Procediamo per ordine.

La delusione e il rammarico per i risultati minimali della COP 27 (per esteso la “Conferenza delle Parti fra i Paesi che hanno ratificato la Convenzione Quadro delle Nazioni Unite sui Cambiamenti Climatici”, in gergo la Conferenza Mondiale sul Clima) deriva dall’ennesimo tergiversare della politica internazionale. Nonostante siano ormai in via di estinzione i cosiddetti “negazionisti” (cioè quegli scienziati che, da buoni prezzolati dalle multinazionali energetiche, ancora propinano la ciclicità naturale dei cambiamenti negando la natura antropica degli stessi) le lobby petrolifere condizionano la politica al punto di impedire l’assunzione di impegni drastici, urgenti e concreti per bloccare il corso di una tragedia annunciata. I pannicelli caldi approvati alla COP 27, tenutasi a Sharm el-Sheikh lo scorso dicembre, non bastano ad invertire la rotta e a prevedere strumenti e risorse commisurate all’inesorabile progredire del degrado climatico-ambientale. Unica luce accesa rimane la promessa, e per ora solo l’ennesima promessa, dello stanziamento del cosiddetto fondo “loss and damage per risarcire i Paesi impoveriti del Sud del mondo e sostenerli negli sforzi verso la transizione energetica.

Continuando così, come ammesso dallo stesso Segretario Generale delle Nazioni Unite Antonio Guterres, la posta in gioco è “o la borsa o la vita”: nostra e, soprattutto, delle generazioni a venire.
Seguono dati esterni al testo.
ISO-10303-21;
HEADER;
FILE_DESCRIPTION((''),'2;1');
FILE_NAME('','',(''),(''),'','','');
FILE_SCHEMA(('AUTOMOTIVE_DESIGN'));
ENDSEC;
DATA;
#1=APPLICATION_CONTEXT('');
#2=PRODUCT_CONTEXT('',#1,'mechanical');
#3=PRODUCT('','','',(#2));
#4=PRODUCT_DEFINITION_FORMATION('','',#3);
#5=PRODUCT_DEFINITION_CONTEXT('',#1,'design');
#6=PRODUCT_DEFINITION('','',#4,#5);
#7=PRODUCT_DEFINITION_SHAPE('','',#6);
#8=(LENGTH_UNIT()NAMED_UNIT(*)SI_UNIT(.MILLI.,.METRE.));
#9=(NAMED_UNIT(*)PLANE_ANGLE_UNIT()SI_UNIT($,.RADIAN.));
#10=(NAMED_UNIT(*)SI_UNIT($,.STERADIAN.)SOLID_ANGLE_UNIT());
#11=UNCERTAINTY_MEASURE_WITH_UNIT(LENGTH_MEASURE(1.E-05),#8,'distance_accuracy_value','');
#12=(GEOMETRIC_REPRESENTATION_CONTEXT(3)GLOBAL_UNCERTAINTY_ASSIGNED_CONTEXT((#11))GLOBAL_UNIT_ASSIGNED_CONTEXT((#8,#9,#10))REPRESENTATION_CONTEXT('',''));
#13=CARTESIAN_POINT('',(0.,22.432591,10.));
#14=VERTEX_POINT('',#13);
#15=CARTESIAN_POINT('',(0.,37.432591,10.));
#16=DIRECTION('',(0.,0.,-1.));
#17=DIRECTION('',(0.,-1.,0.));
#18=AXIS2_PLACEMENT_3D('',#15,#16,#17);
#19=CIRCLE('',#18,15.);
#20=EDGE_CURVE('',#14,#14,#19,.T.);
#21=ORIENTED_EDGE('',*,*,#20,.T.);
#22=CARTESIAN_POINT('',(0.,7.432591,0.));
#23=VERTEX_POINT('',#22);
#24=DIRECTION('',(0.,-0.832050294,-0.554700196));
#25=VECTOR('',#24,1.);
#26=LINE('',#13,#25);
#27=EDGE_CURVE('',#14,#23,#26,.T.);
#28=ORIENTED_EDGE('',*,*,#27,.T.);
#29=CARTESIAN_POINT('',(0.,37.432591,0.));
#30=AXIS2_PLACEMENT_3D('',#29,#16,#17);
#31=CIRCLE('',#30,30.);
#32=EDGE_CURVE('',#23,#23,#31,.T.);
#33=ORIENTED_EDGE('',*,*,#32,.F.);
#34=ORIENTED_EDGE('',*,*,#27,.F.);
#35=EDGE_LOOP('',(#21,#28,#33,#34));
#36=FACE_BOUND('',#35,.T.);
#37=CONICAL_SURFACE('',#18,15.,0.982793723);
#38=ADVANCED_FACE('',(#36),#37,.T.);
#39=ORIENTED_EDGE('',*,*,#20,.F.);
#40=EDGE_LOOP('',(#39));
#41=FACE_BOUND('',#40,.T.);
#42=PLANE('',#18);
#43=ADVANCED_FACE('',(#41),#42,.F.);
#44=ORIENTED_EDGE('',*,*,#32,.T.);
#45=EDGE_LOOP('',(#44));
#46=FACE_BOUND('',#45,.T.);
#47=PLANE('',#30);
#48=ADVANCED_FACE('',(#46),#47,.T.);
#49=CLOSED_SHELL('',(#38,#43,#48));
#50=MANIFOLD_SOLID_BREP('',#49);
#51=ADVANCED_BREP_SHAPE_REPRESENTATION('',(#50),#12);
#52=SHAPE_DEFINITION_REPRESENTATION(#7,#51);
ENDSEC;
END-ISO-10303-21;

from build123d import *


with BuildPart() as f1:
    # F0 (on Right) → F1 (revolve)
    with BuildSketch(Plane.YZ):
        Polygon((37.432591, 0), (37.432591, 10), (22.432591, 10), (7.432591, 0), align=None)
    revolve(axis=Axis((0, 37.432591, 5), (0, 0, -1)))


solid = f1.part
Ad aggravare le preoccupazioni per la malefica commistione tra affari e politica, ora ci si mette la nomina al ruolo di Presidente della prossima COP 28, che si svolgerà a Dubai e per la seconda volta di seguito in Paese tra i più grandi esportatori di petrolio, il CEO della Abu Dabi National Oil Company: la più grande compagnia petrolifera degli Emirati Arabi Uniti. Il Sultano al-Jaber, questo il nome del futuro Presidente, è anche Ministro dell’Industria e della Tecnologia, funzione che ha portato gli EAU a sostenere come egli sia nella miglior posizione per “plasmare l’agenda della Conferenza e i negoziati intergovernativi per creare consenso”. Ad onore del vero, va detto che la scelta del Presidente delle COP è esclusiva competenza del Paese ospite. Tuttavia, scegliere per due volta consecutive un Paese esportatore di petrolio e il tacito consenso della Comunità Internazionale restia ad esercitare le pressioni in altri casi pesantemente esercitate sul Governo ospitante, la dicono lunga, ahinoi, su come potrà andare anche questa volta.
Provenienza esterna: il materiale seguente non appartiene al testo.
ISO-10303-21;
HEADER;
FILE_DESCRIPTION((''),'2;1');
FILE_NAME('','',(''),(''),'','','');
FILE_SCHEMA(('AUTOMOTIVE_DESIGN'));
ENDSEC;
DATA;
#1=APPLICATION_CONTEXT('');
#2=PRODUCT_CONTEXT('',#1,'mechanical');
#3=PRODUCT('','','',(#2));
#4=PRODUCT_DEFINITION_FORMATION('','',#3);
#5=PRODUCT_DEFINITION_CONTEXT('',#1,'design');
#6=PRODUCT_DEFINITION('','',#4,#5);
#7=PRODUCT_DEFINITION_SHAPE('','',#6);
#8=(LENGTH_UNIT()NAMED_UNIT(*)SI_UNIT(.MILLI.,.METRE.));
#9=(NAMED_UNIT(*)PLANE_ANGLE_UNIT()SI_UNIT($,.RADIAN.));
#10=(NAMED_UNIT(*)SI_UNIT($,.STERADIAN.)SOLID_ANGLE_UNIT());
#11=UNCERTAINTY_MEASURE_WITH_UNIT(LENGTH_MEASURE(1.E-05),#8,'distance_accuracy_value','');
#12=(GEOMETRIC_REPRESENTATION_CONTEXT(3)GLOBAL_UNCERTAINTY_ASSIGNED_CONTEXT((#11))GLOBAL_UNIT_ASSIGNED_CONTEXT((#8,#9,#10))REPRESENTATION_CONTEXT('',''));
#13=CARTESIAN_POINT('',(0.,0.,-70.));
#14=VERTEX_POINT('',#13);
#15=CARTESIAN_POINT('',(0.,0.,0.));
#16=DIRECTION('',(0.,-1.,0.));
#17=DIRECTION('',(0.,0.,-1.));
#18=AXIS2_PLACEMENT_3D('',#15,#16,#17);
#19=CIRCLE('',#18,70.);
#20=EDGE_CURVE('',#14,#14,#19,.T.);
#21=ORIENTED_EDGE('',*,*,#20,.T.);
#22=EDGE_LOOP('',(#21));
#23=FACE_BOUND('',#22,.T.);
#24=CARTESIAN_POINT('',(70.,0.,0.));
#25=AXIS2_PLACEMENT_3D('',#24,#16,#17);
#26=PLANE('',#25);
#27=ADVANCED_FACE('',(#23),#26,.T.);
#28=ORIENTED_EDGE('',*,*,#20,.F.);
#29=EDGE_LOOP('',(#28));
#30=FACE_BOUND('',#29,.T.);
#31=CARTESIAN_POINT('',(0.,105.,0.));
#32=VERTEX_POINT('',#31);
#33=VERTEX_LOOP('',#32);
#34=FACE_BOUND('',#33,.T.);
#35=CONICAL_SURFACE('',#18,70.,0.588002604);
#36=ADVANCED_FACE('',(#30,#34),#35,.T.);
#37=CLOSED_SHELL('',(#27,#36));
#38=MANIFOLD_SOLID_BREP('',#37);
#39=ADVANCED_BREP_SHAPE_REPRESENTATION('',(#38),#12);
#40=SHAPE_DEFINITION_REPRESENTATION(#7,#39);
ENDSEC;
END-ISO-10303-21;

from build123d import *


with BuildPart() as part:
    # Sketch1 → Revolve1 (revolve)
    with BuildSketch(Plane.XY):
        Polygon((0, 0), (0, 105), (70, 0), align=None)
    revolve(axis=Axis((0, 0, 0), (0, 1, 0)))


solid = part.part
Condividerete con me che un simile scenario possa provocare reazioni e azioni estreme da parte di chi, con impeto e impazienza giovanile, ha avviato forme di protesta altrettanto estreme. Dopo aver creduto nella buona volontà della politica, dopo aver constatato l’irretimento mediatico delle attiviste e degli attivisti “determinato-moderati” alla Greta Thumberg, ormai invitati in qualunque assise come siparietto buonista, altri hanno pensato bene di passare alla salsa di pomodoro e alle vernici lavabili gettate su oggetti iconici del potere e del perbenismo.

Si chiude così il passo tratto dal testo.